> _BRIEF_
Pull from the data below each line where the word "with" occurs, and copy it.

-- WORKING DATA follows --

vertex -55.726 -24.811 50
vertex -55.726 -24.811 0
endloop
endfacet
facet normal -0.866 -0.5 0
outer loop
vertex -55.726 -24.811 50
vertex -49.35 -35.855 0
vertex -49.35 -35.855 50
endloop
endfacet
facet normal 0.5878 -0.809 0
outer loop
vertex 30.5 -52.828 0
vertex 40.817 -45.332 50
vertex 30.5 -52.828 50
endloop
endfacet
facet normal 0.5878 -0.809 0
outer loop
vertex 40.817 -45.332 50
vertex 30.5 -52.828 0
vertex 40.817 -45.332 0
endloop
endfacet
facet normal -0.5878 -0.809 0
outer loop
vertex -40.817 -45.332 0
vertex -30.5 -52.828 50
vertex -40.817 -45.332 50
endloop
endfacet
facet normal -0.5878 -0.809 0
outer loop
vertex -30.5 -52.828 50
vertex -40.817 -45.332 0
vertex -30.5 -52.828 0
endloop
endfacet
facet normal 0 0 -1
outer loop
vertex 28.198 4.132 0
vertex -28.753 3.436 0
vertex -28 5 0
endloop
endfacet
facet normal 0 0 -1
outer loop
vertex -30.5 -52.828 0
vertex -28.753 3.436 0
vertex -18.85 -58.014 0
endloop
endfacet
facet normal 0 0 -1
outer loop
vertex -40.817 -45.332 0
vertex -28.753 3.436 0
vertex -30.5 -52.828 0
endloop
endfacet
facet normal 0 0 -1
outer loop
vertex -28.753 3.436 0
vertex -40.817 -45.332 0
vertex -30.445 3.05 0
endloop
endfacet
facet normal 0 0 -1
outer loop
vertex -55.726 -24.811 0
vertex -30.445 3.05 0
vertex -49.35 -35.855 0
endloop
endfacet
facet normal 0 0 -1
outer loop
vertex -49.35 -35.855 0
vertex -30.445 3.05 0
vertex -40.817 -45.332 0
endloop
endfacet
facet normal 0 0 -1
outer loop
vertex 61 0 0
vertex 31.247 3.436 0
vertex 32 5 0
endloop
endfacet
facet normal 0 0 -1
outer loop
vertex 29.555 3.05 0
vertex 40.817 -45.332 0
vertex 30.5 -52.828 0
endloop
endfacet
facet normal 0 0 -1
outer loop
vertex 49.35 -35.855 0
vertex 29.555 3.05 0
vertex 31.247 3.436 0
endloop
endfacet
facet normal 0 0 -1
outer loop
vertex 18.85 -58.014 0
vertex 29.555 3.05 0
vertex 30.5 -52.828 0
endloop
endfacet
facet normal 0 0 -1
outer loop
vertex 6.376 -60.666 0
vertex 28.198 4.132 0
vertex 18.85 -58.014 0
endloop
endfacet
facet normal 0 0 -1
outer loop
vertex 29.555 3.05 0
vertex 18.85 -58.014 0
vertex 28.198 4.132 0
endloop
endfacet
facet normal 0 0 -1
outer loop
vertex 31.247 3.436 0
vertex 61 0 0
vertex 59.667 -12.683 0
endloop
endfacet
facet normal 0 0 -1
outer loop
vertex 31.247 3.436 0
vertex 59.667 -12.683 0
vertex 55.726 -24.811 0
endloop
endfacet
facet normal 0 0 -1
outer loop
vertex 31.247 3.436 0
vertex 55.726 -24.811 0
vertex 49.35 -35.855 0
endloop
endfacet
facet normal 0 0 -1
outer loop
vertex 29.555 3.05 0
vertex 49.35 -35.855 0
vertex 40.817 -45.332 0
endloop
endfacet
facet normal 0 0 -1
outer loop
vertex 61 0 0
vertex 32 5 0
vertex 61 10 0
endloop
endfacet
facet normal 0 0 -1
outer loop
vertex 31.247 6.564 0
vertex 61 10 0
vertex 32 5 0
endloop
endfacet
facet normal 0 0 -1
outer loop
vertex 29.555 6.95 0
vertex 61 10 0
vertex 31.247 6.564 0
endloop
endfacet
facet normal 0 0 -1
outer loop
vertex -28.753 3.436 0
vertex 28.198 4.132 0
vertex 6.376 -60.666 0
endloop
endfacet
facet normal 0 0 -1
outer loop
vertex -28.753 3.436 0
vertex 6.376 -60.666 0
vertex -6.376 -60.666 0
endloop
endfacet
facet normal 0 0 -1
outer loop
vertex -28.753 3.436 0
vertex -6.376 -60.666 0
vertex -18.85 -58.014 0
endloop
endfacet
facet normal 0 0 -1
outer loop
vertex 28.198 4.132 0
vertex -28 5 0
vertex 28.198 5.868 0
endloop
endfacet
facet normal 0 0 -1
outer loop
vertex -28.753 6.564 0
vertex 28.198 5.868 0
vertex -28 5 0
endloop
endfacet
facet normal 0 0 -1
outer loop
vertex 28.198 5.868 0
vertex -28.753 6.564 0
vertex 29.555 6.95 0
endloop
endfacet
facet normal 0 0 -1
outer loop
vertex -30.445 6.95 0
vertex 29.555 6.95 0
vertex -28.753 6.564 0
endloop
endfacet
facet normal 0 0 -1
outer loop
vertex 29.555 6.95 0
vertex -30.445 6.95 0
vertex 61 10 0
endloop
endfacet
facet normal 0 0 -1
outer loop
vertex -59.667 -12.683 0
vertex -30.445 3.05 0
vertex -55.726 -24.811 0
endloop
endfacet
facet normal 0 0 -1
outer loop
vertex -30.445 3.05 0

-- WORKING DATA concluded --
-- WORKING DATA follows --

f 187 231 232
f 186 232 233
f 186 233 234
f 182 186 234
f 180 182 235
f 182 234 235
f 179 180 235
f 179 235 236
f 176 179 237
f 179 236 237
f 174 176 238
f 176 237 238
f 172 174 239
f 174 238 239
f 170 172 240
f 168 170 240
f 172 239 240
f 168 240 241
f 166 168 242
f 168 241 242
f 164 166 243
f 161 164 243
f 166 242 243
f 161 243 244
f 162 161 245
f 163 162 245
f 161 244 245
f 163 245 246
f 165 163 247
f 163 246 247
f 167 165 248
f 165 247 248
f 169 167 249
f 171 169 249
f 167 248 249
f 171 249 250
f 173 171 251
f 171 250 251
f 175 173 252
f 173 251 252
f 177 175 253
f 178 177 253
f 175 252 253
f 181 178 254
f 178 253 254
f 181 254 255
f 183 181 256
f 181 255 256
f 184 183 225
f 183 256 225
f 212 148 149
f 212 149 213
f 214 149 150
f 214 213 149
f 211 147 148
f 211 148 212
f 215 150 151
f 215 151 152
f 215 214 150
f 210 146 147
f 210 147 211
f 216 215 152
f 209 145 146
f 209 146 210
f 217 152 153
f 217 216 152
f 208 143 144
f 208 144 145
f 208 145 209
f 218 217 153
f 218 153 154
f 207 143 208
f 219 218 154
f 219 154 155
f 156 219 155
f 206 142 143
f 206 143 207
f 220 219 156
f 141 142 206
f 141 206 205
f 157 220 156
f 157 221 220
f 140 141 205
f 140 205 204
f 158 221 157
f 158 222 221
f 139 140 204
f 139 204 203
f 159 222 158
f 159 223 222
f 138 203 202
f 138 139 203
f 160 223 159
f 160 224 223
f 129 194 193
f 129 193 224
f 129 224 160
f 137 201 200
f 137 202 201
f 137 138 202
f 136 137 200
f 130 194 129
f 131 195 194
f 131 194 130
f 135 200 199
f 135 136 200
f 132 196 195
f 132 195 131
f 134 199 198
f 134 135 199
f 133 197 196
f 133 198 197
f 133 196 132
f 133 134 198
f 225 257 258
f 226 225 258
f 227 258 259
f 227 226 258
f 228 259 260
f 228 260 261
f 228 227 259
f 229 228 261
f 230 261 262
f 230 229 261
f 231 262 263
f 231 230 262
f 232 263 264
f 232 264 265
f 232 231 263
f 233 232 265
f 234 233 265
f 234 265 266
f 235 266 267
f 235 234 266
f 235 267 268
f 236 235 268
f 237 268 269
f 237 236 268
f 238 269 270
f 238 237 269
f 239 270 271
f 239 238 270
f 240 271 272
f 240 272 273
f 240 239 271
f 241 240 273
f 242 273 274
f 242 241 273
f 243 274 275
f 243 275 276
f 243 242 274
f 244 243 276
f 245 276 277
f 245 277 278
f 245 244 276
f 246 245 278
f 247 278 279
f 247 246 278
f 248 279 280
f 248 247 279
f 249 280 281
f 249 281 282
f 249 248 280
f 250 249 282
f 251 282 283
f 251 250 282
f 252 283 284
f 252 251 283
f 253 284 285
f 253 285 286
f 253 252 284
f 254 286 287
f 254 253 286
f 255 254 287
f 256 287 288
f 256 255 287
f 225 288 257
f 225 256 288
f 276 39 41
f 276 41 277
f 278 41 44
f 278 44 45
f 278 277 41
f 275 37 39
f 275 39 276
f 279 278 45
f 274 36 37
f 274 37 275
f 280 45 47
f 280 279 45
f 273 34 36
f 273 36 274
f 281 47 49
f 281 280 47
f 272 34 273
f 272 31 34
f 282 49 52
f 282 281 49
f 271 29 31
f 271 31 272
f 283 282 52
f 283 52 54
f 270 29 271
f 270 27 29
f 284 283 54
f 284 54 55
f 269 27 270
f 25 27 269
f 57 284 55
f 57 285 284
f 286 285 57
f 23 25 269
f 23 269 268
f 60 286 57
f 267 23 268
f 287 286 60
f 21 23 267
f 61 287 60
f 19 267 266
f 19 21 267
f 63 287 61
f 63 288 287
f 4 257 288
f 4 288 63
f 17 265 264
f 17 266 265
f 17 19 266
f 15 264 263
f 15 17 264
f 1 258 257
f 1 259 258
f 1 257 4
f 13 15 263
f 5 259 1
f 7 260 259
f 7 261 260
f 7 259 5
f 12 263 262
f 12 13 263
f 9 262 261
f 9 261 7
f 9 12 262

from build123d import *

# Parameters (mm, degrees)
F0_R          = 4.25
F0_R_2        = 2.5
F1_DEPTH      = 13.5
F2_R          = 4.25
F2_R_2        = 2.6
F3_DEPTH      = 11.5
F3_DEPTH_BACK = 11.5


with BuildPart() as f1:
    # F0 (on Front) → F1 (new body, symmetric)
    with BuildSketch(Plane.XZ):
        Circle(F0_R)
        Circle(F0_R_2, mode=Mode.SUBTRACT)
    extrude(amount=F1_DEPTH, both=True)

-- WORKING DATA concluded --
-- WORKING DATA follows --

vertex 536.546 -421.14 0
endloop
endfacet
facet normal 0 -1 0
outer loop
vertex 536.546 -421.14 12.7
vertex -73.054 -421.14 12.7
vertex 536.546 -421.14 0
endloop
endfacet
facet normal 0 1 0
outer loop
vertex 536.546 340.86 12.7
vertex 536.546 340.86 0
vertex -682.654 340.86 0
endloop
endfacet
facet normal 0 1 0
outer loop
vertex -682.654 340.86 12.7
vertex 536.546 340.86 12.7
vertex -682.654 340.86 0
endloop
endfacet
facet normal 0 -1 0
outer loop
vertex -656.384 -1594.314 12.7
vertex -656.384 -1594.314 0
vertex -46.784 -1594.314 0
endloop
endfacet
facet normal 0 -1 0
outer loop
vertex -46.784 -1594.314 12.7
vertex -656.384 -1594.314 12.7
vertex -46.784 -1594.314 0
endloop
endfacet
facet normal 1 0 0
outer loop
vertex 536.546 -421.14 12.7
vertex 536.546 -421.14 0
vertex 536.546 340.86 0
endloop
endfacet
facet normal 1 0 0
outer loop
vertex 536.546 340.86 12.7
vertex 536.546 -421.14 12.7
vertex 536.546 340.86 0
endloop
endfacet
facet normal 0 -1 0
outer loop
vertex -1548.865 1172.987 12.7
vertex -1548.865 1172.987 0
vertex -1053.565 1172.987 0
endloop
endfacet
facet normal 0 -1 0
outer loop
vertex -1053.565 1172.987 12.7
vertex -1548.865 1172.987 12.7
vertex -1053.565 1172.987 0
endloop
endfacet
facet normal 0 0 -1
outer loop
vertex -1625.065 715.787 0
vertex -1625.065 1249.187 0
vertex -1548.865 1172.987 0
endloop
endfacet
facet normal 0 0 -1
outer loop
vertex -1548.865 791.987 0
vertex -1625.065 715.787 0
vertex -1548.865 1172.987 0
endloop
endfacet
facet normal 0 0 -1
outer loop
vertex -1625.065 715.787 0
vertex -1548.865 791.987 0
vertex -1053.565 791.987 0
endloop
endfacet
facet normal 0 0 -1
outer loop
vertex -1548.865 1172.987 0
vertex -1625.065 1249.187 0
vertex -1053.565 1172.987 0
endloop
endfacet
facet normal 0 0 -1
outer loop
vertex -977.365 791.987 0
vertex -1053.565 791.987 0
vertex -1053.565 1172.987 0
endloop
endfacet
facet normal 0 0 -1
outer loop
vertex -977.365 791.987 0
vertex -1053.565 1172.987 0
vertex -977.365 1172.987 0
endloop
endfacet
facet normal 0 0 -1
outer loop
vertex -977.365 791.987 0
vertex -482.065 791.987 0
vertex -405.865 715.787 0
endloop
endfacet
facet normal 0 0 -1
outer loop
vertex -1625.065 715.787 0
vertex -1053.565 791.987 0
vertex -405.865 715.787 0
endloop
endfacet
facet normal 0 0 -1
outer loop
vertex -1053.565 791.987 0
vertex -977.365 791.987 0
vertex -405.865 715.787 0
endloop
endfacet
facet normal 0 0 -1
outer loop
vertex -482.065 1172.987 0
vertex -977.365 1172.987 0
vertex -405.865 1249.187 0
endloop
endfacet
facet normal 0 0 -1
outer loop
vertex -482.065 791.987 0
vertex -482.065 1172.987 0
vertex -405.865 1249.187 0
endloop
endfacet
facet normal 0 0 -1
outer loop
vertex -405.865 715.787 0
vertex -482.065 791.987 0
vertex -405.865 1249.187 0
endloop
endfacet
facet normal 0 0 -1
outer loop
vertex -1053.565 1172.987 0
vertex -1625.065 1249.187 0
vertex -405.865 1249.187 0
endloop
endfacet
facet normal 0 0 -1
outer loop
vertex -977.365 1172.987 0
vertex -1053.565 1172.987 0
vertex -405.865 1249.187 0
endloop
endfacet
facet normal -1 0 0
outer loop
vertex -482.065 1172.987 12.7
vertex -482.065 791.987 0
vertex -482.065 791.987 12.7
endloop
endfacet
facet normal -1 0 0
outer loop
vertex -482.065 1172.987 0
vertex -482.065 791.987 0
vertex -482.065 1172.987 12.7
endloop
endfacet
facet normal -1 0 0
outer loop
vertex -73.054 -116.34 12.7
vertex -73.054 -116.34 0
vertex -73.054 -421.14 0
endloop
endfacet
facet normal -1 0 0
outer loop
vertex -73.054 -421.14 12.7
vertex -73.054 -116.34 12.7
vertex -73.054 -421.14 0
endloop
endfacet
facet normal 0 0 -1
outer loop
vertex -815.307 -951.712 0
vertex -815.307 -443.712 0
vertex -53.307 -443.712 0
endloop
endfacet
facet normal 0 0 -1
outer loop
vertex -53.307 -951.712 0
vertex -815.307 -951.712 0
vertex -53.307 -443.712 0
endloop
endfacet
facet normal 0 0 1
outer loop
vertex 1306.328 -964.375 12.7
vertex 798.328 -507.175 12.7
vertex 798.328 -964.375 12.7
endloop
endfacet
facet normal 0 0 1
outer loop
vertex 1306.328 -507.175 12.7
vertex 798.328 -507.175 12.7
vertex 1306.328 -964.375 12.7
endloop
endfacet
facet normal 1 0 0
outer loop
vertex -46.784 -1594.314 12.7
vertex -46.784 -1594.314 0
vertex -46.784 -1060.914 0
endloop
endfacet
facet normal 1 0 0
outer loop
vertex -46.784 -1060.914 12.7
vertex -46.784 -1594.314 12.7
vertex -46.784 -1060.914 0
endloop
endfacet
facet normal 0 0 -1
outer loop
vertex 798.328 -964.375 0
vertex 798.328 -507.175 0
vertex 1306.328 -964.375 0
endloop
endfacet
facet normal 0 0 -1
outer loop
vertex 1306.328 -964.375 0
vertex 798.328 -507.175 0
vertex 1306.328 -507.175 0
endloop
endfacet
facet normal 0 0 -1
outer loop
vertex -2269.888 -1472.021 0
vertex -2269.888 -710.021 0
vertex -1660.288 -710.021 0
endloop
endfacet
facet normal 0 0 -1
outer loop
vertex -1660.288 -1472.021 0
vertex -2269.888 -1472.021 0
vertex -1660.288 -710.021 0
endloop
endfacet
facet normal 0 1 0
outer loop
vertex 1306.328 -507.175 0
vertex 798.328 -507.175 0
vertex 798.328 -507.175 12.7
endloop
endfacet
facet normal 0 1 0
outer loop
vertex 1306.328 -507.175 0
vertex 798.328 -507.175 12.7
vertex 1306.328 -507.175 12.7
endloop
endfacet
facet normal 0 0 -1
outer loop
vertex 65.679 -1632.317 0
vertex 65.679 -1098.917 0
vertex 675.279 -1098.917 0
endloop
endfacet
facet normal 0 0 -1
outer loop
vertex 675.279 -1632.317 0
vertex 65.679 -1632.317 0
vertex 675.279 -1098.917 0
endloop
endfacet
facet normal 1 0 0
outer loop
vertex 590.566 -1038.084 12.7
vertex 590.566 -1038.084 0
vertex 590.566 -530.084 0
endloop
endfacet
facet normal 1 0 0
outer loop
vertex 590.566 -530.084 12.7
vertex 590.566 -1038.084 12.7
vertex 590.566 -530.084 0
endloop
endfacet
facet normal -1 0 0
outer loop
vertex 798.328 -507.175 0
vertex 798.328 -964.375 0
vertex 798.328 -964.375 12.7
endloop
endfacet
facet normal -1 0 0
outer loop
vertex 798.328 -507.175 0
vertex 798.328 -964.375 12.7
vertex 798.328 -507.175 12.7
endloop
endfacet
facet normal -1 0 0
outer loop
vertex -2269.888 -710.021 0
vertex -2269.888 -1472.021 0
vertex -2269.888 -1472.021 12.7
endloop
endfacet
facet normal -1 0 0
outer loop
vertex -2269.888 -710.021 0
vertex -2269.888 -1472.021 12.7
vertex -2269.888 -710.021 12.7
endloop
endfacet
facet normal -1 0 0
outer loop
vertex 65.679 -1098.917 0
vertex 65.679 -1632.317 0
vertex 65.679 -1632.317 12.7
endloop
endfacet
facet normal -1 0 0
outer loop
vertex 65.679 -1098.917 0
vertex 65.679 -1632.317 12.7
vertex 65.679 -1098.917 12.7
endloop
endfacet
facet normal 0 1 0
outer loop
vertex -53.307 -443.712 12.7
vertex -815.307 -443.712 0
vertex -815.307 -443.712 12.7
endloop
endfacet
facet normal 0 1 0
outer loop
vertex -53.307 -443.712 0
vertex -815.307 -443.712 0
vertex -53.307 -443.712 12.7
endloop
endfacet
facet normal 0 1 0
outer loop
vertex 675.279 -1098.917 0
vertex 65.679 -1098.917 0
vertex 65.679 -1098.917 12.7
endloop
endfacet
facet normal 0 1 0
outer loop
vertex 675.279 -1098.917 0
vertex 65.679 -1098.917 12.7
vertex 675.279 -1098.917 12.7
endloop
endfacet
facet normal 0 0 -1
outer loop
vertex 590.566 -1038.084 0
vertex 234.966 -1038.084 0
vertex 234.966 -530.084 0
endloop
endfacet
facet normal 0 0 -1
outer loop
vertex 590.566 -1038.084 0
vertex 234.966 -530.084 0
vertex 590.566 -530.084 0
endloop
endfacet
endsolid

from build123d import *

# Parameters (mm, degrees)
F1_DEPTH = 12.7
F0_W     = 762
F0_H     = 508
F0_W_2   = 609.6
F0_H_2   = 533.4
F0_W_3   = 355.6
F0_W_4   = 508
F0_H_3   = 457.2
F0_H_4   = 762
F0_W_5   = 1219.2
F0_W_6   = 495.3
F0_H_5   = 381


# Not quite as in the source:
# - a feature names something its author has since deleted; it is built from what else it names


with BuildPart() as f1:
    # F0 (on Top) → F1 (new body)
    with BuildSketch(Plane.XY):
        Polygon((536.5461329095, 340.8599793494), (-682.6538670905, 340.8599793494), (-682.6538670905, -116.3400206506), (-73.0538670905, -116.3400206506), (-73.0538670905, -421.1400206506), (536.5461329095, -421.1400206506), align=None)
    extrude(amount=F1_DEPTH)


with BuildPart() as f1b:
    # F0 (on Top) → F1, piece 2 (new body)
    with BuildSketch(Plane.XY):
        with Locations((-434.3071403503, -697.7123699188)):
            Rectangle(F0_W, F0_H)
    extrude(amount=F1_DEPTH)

-- WORKING DATA concluded --

> _EXERCISE OUTPUT_
with BuildPart() as f1:
    with BuildSketch(Plane.XZ):
with BuildPart() as f1:
    with BuildSketch(Plane.XY):
with BuildPart() as f1b:
    with BuildSketch(Plane.XY):
        with Locations((-434.3071403503, -697.7123699188)):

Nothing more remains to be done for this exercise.